• **Your assignment**
Among the entries that follow, find the lines holding "through" and say how many there are, with no other words.

• **Data supplied**
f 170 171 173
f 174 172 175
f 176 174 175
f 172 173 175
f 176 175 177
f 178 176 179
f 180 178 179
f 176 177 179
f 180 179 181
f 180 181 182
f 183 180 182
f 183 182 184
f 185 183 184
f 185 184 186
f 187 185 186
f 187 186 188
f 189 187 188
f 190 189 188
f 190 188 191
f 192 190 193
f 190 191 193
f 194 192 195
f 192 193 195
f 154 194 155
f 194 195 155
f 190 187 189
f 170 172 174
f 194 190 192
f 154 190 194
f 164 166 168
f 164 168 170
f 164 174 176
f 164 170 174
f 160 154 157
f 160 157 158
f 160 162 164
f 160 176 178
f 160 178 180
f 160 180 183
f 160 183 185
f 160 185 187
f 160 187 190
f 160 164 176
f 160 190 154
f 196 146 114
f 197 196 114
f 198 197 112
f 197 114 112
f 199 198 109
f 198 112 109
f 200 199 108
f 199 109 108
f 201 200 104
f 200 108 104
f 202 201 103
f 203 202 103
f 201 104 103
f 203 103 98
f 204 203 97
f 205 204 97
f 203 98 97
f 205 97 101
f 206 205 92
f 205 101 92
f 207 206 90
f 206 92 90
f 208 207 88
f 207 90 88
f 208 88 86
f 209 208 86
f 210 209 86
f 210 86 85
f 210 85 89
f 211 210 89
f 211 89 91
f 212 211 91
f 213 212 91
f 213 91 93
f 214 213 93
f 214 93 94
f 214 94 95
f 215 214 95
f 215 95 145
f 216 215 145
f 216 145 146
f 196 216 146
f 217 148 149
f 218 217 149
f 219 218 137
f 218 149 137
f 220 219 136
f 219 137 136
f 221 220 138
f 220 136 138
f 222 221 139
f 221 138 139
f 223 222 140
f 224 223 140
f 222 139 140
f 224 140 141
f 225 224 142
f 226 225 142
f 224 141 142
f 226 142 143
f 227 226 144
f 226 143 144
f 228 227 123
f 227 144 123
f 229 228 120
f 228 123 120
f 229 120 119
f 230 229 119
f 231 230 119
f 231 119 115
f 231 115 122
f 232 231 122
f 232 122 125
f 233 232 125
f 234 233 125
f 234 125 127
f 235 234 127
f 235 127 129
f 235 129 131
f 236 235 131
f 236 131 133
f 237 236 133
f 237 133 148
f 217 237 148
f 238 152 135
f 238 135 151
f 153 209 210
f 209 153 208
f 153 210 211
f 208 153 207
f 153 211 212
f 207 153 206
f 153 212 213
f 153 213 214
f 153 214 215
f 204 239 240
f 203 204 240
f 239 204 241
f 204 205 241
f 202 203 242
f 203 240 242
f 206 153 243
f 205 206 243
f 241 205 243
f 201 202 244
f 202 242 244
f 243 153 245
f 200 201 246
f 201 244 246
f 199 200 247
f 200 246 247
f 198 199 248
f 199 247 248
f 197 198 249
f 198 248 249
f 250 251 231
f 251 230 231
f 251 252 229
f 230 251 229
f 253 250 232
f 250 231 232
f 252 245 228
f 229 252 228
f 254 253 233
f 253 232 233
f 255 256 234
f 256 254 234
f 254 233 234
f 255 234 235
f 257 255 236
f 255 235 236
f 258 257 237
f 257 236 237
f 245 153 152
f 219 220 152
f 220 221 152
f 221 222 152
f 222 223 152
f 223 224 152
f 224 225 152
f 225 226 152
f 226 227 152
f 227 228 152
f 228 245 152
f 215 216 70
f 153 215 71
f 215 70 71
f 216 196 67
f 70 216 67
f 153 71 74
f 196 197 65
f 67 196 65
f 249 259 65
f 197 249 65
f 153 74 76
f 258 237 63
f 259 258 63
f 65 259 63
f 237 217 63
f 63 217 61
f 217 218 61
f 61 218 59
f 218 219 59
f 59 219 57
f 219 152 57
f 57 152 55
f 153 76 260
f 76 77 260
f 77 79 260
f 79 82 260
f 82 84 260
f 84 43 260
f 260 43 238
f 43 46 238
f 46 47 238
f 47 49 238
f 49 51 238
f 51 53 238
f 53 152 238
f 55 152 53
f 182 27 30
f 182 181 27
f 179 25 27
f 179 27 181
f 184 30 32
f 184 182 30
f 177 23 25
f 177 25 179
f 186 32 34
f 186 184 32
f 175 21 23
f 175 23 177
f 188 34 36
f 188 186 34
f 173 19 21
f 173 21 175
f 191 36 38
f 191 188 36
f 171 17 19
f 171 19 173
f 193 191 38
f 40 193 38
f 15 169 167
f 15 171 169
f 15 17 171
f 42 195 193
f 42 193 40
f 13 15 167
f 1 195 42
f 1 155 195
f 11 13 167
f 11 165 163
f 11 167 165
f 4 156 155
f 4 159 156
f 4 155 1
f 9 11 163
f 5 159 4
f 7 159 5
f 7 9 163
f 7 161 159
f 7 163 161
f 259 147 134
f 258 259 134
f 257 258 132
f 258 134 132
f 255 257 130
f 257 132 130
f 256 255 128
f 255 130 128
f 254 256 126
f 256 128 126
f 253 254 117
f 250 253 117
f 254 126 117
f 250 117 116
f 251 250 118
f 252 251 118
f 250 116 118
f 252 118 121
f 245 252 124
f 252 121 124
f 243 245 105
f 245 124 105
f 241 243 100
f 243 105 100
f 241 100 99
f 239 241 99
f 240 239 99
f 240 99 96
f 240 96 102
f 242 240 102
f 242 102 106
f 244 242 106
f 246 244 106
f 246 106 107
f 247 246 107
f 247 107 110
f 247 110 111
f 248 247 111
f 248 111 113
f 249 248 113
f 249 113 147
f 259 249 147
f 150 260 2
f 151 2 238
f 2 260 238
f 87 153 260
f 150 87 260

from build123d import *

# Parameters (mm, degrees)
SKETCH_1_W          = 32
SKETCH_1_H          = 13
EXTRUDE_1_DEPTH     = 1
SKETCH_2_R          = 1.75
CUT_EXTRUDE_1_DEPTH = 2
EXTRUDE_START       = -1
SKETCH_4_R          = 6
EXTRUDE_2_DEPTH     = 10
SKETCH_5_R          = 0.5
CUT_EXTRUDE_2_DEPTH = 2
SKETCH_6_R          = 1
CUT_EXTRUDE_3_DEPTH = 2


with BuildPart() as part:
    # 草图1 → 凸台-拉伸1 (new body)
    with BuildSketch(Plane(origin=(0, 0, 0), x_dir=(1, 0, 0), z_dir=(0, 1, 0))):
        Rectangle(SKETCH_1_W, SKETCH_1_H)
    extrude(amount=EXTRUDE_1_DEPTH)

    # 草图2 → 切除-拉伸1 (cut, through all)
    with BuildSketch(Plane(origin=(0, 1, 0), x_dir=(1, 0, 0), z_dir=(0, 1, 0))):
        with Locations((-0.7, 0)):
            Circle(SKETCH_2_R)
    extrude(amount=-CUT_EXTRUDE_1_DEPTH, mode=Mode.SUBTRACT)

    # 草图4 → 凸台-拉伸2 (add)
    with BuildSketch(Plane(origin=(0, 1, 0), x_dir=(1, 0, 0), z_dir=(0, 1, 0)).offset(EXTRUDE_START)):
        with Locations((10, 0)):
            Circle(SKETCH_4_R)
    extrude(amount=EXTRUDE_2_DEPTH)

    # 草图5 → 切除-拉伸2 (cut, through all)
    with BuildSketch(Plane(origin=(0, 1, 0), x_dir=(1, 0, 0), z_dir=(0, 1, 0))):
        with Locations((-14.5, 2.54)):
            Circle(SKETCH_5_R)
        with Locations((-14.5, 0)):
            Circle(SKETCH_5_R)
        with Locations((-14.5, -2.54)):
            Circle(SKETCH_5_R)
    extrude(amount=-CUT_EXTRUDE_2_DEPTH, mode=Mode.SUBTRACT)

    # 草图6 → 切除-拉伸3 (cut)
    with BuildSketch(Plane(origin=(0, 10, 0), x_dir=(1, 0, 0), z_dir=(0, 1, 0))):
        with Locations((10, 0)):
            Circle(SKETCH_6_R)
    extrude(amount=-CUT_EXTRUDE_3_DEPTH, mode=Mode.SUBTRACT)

• **Finished exercise**
2